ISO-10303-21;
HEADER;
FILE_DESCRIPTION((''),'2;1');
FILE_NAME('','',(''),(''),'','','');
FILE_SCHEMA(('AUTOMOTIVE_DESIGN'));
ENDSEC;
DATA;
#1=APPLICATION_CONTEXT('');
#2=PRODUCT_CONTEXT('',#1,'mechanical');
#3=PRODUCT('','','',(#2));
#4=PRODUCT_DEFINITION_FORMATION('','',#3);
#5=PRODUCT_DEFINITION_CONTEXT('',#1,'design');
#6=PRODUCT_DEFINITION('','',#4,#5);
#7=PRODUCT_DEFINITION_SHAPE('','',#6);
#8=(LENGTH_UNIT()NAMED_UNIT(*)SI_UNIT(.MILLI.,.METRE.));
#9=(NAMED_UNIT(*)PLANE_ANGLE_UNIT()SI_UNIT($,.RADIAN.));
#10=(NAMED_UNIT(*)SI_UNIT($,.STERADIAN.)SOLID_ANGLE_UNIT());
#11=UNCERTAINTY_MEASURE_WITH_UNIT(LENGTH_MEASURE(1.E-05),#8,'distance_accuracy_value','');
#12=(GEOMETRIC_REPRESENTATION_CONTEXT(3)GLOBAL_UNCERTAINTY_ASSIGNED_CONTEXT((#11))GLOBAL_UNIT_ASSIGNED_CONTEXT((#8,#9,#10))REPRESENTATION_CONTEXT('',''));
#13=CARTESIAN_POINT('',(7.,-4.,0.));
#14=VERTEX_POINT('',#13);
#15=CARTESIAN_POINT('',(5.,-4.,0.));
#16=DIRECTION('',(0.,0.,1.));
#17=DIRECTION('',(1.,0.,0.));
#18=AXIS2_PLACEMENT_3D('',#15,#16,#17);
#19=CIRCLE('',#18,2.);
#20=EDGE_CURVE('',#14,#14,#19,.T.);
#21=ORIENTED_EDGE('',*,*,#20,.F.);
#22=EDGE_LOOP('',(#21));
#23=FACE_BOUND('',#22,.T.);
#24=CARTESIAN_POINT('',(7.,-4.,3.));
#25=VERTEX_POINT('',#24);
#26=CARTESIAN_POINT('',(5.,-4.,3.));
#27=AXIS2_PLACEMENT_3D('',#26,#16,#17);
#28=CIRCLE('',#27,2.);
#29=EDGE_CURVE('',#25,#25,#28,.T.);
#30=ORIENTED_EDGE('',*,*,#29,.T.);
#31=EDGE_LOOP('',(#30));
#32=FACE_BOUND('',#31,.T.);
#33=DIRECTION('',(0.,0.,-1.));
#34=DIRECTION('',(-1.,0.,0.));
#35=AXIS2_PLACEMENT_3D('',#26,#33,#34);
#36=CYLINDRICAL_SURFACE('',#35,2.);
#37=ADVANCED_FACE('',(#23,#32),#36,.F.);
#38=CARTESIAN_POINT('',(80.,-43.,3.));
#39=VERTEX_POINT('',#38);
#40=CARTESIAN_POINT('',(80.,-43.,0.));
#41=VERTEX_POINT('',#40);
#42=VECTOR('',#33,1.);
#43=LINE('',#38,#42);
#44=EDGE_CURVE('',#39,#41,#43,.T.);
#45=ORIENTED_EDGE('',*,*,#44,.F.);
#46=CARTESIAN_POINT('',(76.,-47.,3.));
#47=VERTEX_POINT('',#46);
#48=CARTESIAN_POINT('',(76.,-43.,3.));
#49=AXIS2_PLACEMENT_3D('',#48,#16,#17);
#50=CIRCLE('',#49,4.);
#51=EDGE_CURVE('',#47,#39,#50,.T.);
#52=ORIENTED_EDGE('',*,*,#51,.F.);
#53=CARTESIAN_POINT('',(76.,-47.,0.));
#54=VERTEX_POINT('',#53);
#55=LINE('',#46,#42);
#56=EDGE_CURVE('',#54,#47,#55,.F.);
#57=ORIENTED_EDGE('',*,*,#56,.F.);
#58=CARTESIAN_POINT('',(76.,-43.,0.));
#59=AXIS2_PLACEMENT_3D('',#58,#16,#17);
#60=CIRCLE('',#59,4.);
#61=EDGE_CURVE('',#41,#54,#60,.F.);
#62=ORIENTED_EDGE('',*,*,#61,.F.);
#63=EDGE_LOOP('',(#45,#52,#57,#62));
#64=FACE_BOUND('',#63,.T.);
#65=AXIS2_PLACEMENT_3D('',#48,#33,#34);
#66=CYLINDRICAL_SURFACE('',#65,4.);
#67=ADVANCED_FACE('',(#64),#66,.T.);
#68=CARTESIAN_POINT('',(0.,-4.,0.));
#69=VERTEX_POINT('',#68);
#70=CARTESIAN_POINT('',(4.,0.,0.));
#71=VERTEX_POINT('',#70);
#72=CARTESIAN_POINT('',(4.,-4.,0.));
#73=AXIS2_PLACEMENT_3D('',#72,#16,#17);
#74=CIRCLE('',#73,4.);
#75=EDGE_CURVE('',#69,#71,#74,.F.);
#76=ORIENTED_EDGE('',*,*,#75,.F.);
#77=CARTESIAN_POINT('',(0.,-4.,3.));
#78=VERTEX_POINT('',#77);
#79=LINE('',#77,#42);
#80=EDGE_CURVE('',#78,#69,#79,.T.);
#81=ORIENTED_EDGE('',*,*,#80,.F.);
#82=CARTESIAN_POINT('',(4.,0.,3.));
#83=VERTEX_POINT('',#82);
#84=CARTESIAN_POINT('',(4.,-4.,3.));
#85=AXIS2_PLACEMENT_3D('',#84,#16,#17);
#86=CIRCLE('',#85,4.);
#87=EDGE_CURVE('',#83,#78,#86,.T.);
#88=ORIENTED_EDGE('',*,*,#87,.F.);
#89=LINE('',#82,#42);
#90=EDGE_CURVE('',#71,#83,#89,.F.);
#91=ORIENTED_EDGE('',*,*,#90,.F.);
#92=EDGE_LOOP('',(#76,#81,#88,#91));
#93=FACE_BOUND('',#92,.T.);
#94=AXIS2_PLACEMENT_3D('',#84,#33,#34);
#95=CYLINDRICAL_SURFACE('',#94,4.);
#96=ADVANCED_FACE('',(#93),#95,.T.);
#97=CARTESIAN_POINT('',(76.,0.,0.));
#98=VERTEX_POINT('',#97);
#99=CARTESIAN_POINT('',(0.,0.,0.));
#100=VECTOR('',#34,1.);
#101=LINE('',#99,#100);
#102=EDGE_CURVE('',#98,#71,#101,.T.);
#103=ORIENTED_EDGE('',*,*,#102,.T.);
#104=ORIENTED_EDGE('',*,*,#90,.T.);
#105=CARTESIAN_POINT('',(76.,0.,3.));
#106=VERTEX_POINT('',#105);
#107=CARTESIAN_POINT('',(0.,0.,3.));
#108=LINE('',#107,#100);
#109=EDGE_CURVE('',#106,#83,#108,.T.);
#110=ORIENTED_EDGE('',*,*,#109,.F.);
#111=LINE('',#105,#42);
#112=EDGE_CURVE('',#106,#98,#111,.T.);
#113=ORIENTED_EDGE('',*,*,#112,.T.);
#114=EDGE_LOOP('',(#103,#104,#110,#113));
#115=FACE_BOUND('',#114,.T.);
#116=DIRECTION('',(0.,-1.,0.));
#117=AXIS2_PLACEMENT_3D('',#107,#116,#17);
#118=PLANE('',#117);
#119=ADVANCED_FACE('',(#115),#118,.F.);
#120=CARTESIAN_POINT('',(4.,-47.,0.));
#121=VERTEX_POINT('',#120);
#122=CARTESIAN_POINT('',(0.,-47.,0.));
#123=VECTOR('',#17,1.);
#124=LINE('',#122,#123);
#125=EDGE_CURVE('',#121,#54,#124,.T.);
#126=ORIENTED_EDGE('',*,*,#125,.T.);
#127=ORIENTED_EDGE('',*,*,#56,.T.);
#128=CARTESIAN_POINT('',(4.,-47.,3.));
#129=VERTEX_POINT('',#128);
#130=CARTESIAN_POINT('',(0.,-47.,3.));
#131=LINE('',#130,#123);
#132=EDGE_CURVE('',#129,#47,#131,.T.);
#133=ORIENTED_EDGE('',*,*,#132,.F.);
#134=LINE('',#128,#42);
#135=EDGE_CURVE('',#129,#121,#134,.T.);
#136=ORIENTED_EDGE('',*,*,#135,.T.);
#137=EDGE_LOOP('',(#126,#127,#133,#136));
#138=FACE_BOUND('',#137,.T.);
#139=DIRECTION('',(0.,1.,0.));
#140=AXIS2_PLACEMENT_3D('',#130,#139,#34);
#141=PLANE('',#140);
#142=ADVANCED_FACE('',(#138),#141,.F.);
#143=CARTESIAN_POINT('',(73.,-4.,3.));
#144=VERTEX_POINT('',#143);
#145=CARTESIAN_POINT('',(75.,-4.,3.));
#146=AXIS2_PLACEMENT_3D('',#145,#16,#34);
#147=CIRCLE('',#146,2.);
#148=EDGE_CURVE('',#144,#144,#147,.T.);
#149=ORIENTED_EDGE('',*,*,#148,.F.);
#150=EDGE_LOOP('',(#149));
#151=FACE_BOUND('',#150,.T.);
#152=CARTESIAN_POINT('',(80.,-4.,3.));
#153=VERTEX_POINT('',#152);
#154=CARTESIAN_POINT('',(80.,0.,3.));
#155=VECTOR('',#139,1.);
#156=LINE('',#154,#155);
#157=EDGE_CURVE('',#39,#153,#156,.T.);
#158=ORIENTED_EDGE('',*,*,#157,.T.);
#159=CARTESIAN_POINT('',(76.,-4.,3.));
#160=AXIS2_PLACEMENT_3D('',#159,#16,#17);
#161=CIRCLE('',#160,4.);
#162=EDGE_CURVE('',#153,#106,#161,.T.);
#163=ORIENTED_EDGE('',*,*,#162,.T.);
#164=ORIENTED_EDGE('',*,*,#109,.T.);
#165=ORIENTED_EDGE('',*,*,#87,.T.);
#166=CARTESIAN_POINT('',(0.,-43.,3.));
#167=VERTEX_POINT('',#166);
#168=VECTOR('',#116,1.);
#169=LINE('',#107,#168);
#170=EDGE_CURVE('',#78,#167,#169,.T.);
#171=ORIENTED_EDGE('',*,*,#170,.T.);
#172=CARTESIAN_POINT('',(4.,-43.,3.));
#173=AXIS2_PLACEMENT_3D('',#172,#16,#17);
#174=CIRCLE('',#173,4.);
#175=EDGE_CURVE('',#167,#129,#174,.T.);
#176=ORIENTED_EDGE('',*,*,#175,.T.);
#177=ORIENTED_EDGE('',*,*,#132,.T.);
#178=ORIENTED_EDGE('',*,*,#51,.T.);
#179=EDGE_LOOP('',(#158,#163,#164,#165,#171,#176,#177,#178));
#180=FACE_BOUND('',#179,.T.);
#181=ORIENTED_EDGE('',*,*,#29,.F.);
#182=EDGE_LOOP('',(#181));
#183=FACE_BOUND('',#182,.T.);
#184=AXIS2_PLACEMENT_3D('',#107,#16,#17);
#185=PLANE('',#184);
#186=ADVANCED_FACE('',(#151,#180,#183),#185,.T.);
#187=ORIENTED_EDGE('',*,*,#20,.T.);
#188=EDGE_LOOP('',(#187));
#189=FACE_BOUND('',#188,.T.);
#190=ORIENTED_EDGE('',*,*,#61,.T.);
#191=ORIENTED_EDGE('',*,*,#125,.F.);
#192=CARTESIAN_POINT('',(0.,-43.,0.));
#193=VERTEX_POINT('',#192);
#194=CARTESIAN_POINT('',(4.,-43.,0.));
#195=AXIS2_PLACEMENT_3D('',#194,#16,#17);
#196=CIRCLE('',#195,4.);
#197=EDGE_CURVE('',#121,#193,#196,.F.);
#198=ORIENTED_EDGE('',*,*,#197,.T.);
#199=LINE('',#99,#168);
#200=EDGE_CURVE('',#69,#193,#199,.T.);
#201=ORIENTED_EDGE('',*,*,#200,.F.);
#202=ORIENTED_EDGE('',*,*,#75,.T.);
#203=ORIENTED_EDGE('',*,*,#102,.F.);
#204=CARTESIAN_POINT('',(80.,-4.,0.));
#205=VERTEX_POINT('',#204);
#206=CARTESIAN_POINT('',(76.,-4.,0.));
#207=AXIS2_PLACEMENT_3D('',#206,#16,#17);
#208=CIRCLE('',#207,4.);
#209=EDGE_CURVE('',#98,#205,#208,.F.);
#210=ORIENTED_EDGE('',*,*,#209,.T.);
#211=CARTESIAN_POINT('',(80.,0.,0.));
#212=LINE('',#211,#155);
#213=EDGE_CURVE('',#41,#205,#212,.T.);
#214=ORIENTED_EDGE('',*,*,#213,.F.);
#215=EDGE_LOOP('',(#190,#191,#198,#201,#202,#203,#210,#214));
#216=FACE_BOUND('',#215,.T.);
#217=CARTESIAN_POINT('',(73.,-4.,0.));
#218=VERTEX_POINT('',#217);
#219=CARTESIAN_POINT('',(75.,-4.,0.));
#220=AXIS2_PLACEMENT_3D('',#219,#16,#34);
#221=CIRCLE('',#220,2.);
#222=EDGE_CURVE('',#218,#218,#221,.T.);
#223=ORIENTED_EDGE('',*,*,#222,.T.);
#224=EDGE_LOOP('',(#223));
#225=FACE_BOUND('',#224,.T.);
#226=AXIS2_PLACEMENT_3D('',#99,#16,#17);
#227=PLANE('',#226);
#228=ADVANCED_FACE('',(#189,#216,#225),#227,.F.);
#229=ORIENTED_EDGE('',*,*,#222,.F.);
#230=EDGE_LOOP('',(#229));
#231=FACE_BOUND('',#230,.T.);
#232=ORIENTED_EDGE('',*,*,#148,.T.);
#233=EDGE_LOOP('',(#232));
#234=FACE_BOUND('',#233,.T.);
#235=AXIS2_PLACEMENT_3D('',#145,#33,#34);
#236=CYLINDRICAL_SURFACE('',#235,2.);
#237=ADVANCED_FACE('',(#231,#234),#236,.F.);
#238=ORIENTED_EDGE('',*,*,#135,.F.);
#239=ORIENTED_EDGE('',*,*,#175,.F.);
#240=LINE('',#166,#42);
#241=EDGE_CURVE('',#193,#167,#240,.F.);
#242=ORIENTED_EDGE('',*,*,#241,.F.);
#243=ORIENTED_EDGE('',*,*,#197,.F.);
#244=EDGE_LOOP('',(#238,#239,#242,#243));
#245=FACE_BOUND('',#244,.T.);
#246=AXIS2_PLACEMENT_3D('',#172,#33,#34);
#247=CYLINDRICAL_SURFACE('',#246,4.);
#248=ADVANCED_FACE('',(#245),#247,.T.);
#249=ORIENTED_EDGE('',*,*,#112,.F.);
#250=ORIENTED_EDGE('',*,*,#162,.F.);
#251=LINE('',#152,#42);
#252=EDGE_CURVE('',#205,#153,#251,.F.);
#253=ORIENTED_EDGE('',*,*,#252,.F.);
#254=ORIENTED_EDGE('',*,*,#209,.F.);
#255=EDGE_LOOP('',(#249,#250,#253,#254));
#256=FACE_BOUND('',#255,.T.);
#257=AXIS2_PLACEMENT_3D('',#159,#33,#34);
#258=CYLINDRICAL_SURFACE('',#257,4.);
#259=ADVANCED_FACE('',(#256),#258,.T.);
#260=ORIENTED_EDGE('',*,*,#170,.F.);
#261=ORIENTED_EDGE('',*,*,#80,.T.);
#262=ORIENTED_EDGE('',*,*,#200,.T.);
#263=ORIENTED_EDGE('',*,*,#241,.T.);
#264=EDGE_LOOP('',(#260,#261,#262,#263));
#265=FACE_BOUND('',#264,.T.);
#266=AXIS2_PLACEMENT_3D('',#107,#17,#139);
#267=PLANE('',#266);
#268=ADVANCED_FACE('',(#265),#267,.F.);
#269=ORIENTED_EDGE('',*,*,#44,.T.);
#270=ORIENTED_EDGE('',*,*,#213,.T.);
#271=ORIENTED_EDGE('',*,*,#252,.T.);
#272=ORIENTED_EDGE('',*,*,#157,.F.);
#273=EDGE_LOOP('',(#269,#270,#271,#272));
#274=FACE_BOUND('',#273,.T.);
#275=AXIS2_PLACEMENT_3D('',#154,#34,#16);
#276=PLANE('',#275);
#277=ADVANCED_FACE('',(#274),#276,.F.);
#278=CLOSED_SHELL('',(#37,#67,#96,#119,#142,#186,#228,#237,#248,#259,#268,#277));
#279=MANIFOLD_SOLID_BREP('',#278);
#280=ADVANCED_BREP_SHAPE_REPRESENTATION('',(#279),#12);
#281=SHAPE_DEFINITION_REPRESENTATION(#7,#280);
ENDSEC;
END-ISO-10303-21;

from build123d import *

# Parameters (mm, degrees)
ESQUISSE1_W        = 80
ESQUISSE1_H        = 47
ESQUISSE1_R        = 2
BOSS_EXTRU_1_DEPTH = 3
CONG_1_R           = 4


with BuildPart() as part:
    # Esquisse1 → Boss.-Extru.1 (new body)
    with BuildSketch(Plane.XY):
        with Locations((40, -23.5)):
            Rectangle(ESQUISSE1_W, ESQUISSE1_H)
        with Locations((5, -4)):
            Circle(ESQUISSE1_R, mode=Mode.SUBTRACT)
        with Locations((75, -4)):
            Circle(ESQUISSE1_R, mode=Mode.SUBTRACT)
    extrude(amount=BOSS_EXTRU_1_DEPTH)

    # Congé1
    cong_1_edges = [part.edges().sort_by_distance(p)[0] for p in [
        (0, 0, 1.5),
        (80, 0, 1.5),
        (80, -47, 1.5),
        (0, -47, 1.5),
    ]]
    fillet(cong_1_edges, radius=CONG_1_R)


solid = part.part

========================

> [TASK TO COMPLETE]
Please copy, word for word, every line from the first line of the records through the line containing "#9=(NAMED_UNIT(*)PLANE_ANGLE_UNIT()SI_UNIT($,.RADIAN.));", with both of those lines included and nothing else.

> [WRITTEN REPLY]
ISO-10303-21;
HEADER;
FILE_DESCRIPTION((''),'2;1');
FILE_NAME('','',(''),(''),'','','');
FILE_SCHEMA(('AUTOMOTIVE_DESIGN'));
ENDSEC;
DATA;
#1=APPLICATION_CONTEXT('');
#2=PRODUCT_CONTEXT('',#1,'mechanical');
#3=PRODUCT('','','',(#2));
#4=PRODUCT_DEFINITION_FORMATION('','',#3);
#5=PRODUCT_DEFINITION_CONTEXT('',#1,'design');
#6=PRODUCT_DEFINITION('','',#4,#5);
#7=PRODUCT_DEFINITION_SHAPE('','',#6);
#8=(LENGTH_UNIT()NAMED_UNIT(*)SI_UNIT(.MILLI.,.METRE.));
#9=(NAMED_UNIT(*)PLANE_ANGLE_UNIT()SI_UNIT($,.RADIAN.));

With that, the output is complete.